Marsha Miller/The University of Texas at Austin
A vote from the UT Board of Regents has made a medical school for UT-Austin a reality in the next 10 years.
A medical school in Austin will become reality within the next 10 years after a vote from the UT Board of Regents on May 3 to allocate up to $30 million a year from the state’s Available University Fund for the school.
This funding, along with a pending $250 million commitment from Seton Healthcare Family for a new teaching hospital, will make the medical school a possibility.
“The founding of a medical school at UT would be an enormous event in the life of the University, would offer dramatic new opportunities for our students and our faculty, and would advance health care in Central Texas,” said President Bill Powers in an email to the UT community.
The creation of a medical school in Austin aligns with Senator Kirk Watson’s “10 in 10” initiative, which lays out 10 initiatives to be completed in 10 years to improve the overall health of Central Texas.
“UT Austin has so many pre-med students and having a school so close to us would help foster connections before we actually attend a medical school,” said Naiya Patel, President of Longhorn Pre-Medical Student Association.
Austin is currently the largest city in the country without a medical school and creating one would open-up opportunities for research as well as attract top faculty and students.
Although there are many benefits to creating a medical school in Austin there are still questions about the availability of resources and hospital facilities.
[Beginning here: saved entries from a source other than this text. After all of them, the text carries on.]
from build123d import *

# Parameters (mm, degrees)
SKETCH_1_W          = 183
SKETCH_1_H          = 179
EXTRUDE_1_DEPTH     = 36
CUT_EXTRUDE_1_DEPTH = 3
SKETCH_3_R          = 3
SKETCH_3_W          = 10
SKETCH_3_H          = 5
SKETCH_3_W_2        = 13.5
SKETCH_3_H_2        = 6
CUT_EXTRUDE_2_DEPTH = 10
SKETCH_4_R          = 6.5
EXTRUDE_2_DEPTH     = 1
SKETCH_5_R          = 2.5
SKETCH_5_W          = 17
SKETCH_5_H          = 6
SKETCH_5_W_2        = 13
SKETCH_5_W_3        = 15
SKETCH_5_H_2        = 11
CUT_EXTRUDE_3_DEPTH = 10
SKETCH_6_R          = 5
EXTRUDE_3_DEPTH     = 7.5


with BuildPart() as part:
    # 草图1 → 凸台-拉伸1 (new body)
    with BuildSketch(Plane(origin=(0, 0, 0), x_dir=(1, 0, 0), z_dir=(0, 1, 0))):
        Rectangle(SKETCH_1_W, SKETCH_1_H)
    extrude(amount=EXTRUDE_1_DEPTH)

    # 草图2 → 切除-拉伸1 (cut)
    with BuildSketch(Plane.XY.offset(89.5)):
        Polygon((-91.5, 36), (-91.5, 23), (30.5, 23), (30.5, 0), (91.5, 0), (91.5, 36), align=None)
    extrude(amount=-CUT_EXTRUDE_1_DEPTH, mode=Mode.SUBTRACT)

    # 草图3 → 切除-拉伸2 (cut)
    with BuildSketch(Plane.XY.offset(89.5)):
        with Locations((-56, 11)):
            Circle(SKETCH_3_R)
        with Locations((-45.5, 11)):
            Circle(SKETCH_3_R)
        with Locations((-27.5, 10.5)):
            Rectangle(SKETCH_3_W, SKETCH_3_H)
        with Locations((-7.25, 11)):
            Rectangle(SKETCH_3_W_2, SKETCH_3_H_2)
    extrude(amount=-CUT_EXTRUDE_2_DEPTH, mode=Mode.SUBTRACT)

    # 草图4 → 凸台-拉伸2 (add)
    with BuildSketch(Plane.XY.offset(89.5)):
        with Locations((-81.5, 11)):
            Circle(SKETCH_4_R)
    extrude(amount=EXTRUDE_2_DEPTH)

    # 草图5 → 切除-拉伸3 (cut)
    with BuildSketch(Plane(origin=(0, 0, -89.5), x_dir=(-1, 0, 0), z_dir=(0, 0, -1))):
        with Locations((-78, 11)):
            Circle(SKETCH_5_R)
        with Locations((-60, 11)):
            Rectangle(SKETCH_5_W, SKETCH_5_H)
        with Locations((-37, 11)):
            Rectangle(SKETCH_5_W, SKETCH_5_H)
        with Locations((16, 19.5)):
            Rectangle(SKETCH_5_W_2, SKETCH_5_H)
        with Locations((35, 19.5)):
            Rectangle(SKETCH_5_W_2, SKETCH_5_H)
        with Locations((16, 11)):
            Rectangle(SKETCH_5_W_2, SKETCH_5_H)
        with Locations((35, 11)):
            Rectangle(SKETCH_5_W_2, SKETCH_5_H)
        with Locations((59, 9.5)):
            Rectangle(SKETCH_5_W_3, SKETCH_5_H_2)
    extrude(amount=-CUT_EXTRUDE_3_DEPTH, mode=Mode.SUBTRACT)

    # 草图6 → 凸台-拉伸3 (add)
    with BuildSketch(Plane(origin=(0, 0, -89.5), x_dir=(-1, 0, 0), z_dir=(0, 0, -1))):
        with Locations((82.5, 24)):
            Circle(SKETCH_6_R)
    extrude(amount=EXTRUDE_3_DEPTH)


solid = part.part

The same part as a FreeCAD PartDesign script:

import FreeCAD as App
import Part
import Sketcher
from FreeCAD import Vector


def add_polygon(sketch, points):
    """Adds a closed chain of lines whose ends are joined by coincident constraints."""
    first, n = sketch.GeometryCount, len(points)
    for a, b in zip(points, points[1:] + points[:1]):
        sketch.addGeometry(Part.LineSegment(App.Vector(*a, 0), App.Vector(*b, 0)), False)
    for i in range(n):
        sketch.addConstraint(Sketcher.Constraint("Coincident", first + i, 2, first + (i + 1) % n, 1))

doc = App.newDocument("Part")
body = doc.addObject("PartDesign::Body", "Body")

sketch1 = body.newObject("Sketcher::SketchObject", "Sketch")
sketch1.AttachmentSupport = (doc.getObject("XZ_Plane"), [""])
sketch1.MapMode = "FlatFace"
add_polygon(sketch1, [(-91.5, -89.5), (-91.5, 89.5), (91.5, 89.5), (91.5, -89.5)])
sketch1.addConstraint(Sketcher.Constraint("Vertical", 0))
sketch1.addConstraint(Sketcher.Constraint("Horizontal", 1))
sketch1.addConstraint(Sketcher.Constraint("Vertical", 2))
sketch1.addConstraint(Sketcher.Constraint("Horizontal", 3))
sketch1.addConstraint(Sketcher.Constraint("Symmetric", 0, 2, 2, 2, -1, 1))
sketch1.addConstraint(Sketcher.Constraint("DistanceX", 1, 1, 1, 2, 183.0))
sketch1.addConstraint(Sketcher.Constraint("DistanceY", 0, 1, 0, 2, 179.0))
pad1 = body.newObject("PartDesign::Pad", "Pad")
pad1.Profile = sketch1
pad1.Length = 36
pad1.Reversed = True

sketch2 = body.newObject("Sketcher::SketchObject", "Sketch001")
sketch2.AttachmentSupport = (doc.getObject("XY_Plane"), [""])
sketch2.MapMode = "FlatFace"
sketch2.AttachmentOffset = App.Placement(Vector(0, 0, 89.5), App.Rotation())
add_polygon(sketch2, [(-91.5, 36), (-91.5, 23), (30.5, 23), (30.5, 0), (91.5, 0), (91.5, 36)])
sketch2.addConstraint(Sketcher.Constraint("Vertical", 0))
sketch2.addConstraint(Sketcher.Constraint("Horizontal", 1))
sketch2.addConstraint(Sketcher.Constraint("Vertical", 2))
sketch2.addConstraint(Sketcher.Constraint("Horizontal", 3))
sketch2.addConstraint(Sketcher.Constraint("Vertical", 4))
sketch2.addConstraint(Sketcher.Constraint("Horizontal", 5))
sketch2.addConstraint(Sketcher.Constraint("PointOnObject", 2, 2, -1))
sketch2.addConstraint(Sketcher.Constraint("DistanceX", 1, 1, 1, 2, 122.0))
sketch2.addConstraint(Sketcher.Constraint("DistanceX", 3, 1, 3, 2, 61.0))
sketch2.addConstraint(Sketcher.Constraint("DistanceY", 0, 2, 0, 1, 13.0))
sketch2.addConstraint(Sketcher.Constraint("DistanceY", 2, 2, 2, 1, 23.0))
sketch2.addConstraint(Sketcher.Constraint("DistanceX", 0, 2, -1, 1, 91.5))
pocket1 = body.newObject("PartDesign::Pocket", "Pocket")
pocket1.Profile = sketch2
pocket1.Length = 3

sketch3 = body.newObject("Sketcher::SketchObject", "Sketch002")
sketch3.AttachmentSupport = (doc.getObject("XY_Plane"), [""])
sketch3.MapMode = "FlatFace"
sketch3.AttachmentOffset = App.Placement(Vector(0, 0, 89.5), App.Rotation())
sketch3.addGeometry(Part.Circle(Vector(-56, 11, 0), Vector(0, 0, 1), 3), False)
sketch3.addGeometry(Part.Circle(Vector(-45.5, 11, 0), Vector(0, 0, 1), 3), False)
add_polygon(sketch3, [(-32.5, 13), (-32.5, 8), (-22.5, 8), (-22.5, 13)])
add_polygon(sketch3, [(-14, 14), (-14, 8), (-0.5, 8), (-0.5, 14)])
sketch3.addConstraint(Sketcher.Constraint("Vertical", 2))
sketch3.addConstraint(Sketcher.Constraint("Horizontal", 3))
sketch3.addConstraint(Sketcher.Constraint("Vertical", 4))
sketch3.addConstraint(Sketcher.Constraint("Horizontal", 5))
sketch3.addConstraint(Sketcher.Constraint("Vertical", 6))
sketch3.addConstraint(Sketcher.Constraint("Horizontal", 7))
sketch3.addConstraint(Sketcher.Constraint("Vertical", 8))
sketch3.addConstraint(Sketcher.Constraint("Horizontal", 9))
sketch3.addConstraint(Sketcher.Constraint("Equal", 0, 1))
sketch3.addConstraint(Sketcher.Constraint("Horizontal", 0, 3, 1, 3))
sketch3.addConstraint(Sketcher.Constraint("Horizontal", 3, 2, 6, 2))
sketch3.addConstraint(Sketcher.Constraint("Diameter", 0, 6.0))
sketch3.addConstraint(Sketcher.Constraint("DistanceX", 3, 1, 3, 2, 10.0))
sketch3.addConstraint(Sketcher.Constraint("DistanceY", 2, 2, 2, 1, 5.0))
sketch3.addConstraint(Sketcher.Constraint("DistanceY", 6, 2, 6, 1, 6.0))
sketch3.addConstraint(Sketcher.Constraint("DistanceX", 7, 1, 7, 2, 13.5))
sketch3.addConstraint(Sketcher.Constraint("DistanceX", 0, 3, -1, 1, 56.0))
sketch3.addConstraint(Sketcher.Constraint("DistanceY", -1, 1, 0, 3, 11.0))
sketch3.addConstraint(Sketcher.Constraint("DistanceY", -1, 1, 2, 2, 8.0))
sketch3.addConstraint(Sketcher.Constraint("DistanceX", 6, 2, -1, 1, 14.0))
sketch3.addConstraint(Sketcher.Constraint("DistanceX", 1, 3, 2, 2, 13.0))
sketch3.addConstraint(Sketcher.Constraint("DistanceX", 3, 2, 7, 2, 22.0))
pocket2 = body.newObject("PartDesign::Pocket", "Pocket001")
pocket2.Profile = sketch3
pocket2.Length = 10

sketch4 = body.newObject("Sketcher::SketchObject", "Sketch003")
sketch4.AttachmentSupport = (doc.getObject("XY_Plane"), [""])
sketch4.MapMode = "FlatFace"
sketch4.AttachmentOffset = App.Placement(Vector(0, 0, 89.5), App.Rotation())
sketch4.addGeometry(Part.Circle(Vector(-81.5, 11, 0), Vector(0, 0, 1), 6.5), False)
sketch4.addConstraint(Sketcher.Constraint("Diameter", 0, 13.0))
sketch4.addConstraint(Sketcher.Constraint("DistanceY", -1, 1, 0, 3, 11.0))
sketch4.addConstraint(Sketcher.Constraint("DistanceX", 0, 3, -1, 1, 81.5))
pad2 = body.newObject("PartDesign::Pad", "Pad001")
pad2.Profile = sketch4
pad2.Length = 1

sketch5 = body.newObject("Sketcher::SketchObject", "Sketch004")
sketch5.AttachmentSupport = (doc.getObject("XY_Plane"), [""])
sketch5.MapMode = "FlatFace"
sketch5.AttachmentOffset = App.Placement(Vector(0, 0, -89.5), App.Rotation())
sketch5.addGeometry(Part.Circle(Vector(78, 11, 0), Vector(0, 0, 1), 2.5), False)
add_polygon(sketch5, [(68.5, 14), (68.5, 8), (51.5, 8), (51.5, 14)])
add_polygon(sketch5, [(45.5, 14), (45.5, 8), (28.5, 8), (28.5, 14)])
add_polygon(sketch5, [(-9.5, 22.5), (-9.5, 16.5), (-22.5, 16.5), (-22.5, 22.5)])
add_polygon(sketch5, [(-28.5, 22.5), (-28.5, 16.5), (-41.5, 16.5), (-41.5, 22.5)])
add_polygon(sketch5, [(-9.5, 14), (-9.5, 8), (-22.5, 8), (-22.5, 14)])
add_polygon(sketch5, [(-28.5, 14), (-28.5, 8), (-41.5, 8), (-41.5, 14)])
add_polygon(sketch5, [(-51.5, 15), (-51.5, 4), (-66.5, 4), (-66.5, 15)])
sketch5.addConstraint(Sketcher.Constraint("Vertical", 1))
sketch5.addConstraint(Sketcher.Constraint("Horizontal", 2))
sketch5.addConstraint(Sketcher.Constraint("Vertical", 3))
sketch5.addConstraint(Sketcher.Constraint("Horizontal", 4))
sketch5.addConstraint(Sketcher.Constraint("Vertical", 5))
sketch5.addConstraint(Sketcher.Constraint("Horizontal", 6))
sketch5.addConstraint(Sketcher.Constraint("Vertical", 7))
sketch5.addConstraint(Sketcher.Constraint("Horizontal", 8))
sketch5.addConstraint(Sketcher.Constraint("Vertical", 9))
sketch5.addConstraint(Sketcher.Constraint("Horizontal", 10))
sketch5.addConstraint(Sketcher.Constraint("Vertical", 11))
sketch5.addConstraint(Sketcher.Constraint("Horizontal", 12))
sketch5.addConstraint(Sketcher.Constraint("Vertical", 13))
sketch5.addConstraint(Sketcher.Constraint("Horizontal", 14))
sketch5.addConstraint(Sketcher.Constraint("Vertical", 15))
sketch5.addConstraint(Sketcher.Constraint("Horizontal", 16))
sketch5.addConstraint(Sketcher.Constraint("Vertical", 17))
sketch5.addConstraint(Sketcher.Constraint("Horizontal", 18))
sketch5.addConstraint(Sketcher.Constraint("Vertical", 19))
sketch5.addConstraint(Sketcher.Constraint("Horizontal", 20))
sketch5.addConstraint(Sketcher.Constraint("Vertical", 21))
sketch5.addConstraint(Sketcher.Constraint("Horizontal", 22))
sketch5.addConstraint(Sketcher.Constraint("Vertical", 23))
sketch5.addConstraint(Sketcher.Constraint("Horizontal", 24))
sketch5.addConstraint(Sketcher.Constraint("Vertical", 25))
sketch5.addConstraint(Sketcher.Constraint("Horizontal", 26))
sketch5.addConstraint(Sketcher.Constraint("Vertical", 27))
sketch5.addConstraint(Sketcher.Constraint("Horizontal", 28))
sketch5.addConstraint(Sketcher.Constraint("Symmetric", 6, 2, 21, 2, -2))
sketch5.addConstraint(Sketcher.Constraint("Horizontal", 2, 2, 5, 2))
sketch5.addConstraint(Sketcher.Constraint("Horizontal", 4, 2, 7, 2))
sketch5.addConstraint(Sketcher.Constraint("Horizontal", 10, 2, 13, 2))
sketch5.addConstraint(Sketcher.Constraint("Horizontal", 12, 2, 15, 2))
sketch5.addConstraint(Sketcher.Constraint("Horizontal", 6, 2, 17, 2))
sketch5.addConstraint(Sketcher.Constraint("Horizontal", 8, 2, 19, 2))
sketch5.addConstraint(Sketcher.Constraint("Horizontal", 20, 2, 23, 2))
sketch5.addConstraint(Sketcher.Constraint("Vertical", 12, 2, 17, 2))
sketch5.addConstraint(Sketcher.Constraint("Vertical", 11, 2, 18, 2))
sketch5.addConstraint(Sketcher.Constraint("Vertical", 16, 2, 21, 2))
sketch5.addConstraint(Sketcher.Constraint("Vertical", 15, 2, 22, 2))
sketch5.addConstraint(Sketcher.Constraint("Equal", 4, 6))
sketch5.addConstraint(Sketcher.Constraint("Equal", 12, 14))
sketch5.addConstraint(Sketcher.Constraint("Equal", 7, 9))
sketch5.addConstraint(Sketcher.Constraint("Diameter", 0, 5.0))
sketch5.addConstraint(Sketcher.Constraint("DistanceX", 2, 2, 2, 1, 17.0))
sketch5.addConstraint(Sketcher.Constraint("DistanceX", 10, 2, 10, 1, 13.0))
sketch5.addConstraint(Sketcher.Constraint("DistanceX", 26, 2, 26, 1, 15.0))
sketch5.addConstraint(Sketcher.Constraint("DistanceY", 1, 2, 1, 1, 6.0))
sketch5.addConstraint(Sketcher.Constraint("DistanceY", 25, 2, 25, 1, 11.0))
sketch5.addConstraint(Sketcher.Constraint("DistanceX", -1, 1, 0, 3, 78.0))
sketch5.addConstraint(Sketcher.Constraint("DistanceY", -1, 1, 0, 3, 11.0))
sketch5.addConstraint(Sketcher.Constraint("DistanceY", -1, 1, 1, 2, 8.0))
sketch5.addConstraint(Sketcher.Constraint("DistanceY", -1, 1, 25, 2, 4.0))
sketch5.addConstraint(Sketcher.Constraint("DistanceX", 5, 2, 2, 2, 6.0))
sketch5.addConstraint(Sketcher.Constraint("DistanceX", 9, 2, 7, 2, 38.0))
sketch5.addConstraint(Sketcher.Constraint("DistanceX", 13, 2, 10, 2, 6.0))
sketch5.addConstraint(Sketcher.Constraint("DistanceX", 25, 2, 22, 2, 10.0))
sketch5.addConstraint(Sketcher.Constraint("DistanceY", -1, 1, 9, 2, 16.5))
pocket3 = body.newObject("PartDesign::Pocket", "Pocket002")
pocket3.Profile = sketch5
pocket3.Length = 10
pocket3.Reversed = True

sketch6 = body.newObject("Sketcher::SketchObject", "Sketch005")
sketch6.AttachmentSupport = (doc.getObject("XY_Plane"), [""])
sketch6.MapMode = "FlatFace"
sketch6.AttachmentOffset = App.Placement(Vector(0, 0, -89.5), App.Rotation())
sketch6.addGeometry(Part.Circle(Vector(-82.5, 24, 0), Vector(0, 0, 1), 5), False)
sketch6.addConstraint(Sketcher.Constraint("Diameter", 0, 10.0))
sketch6.addConstraint(Sketcher.Constraint("DistanceY", -1, 1, 0, 3, 24.0))
sketch6.addConstraint(Sketcher.Constraint("DistanceX", 0, 3, -1, 1, 82.5))
pad3 = body.newObject("PartDesign::Pad", "Pad002")
pad3.Profile = sketch6
pad3.Length = 7.5
pad3.Reversed = True

doc.recompute()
Missy Wu, President of Kappa Rho Pre-Med Honor Society, believes that a medical school in Austin will be beneficial to students applying for medical schools in Texas, but resources could be scarce compared to other institutions.
“Currently, Austin does not have a wide range of medical resources. When compared to medical schools in Houston, it is apparent that the Houston Medical Center can provide students with a wide variety of experiences,” Wu said.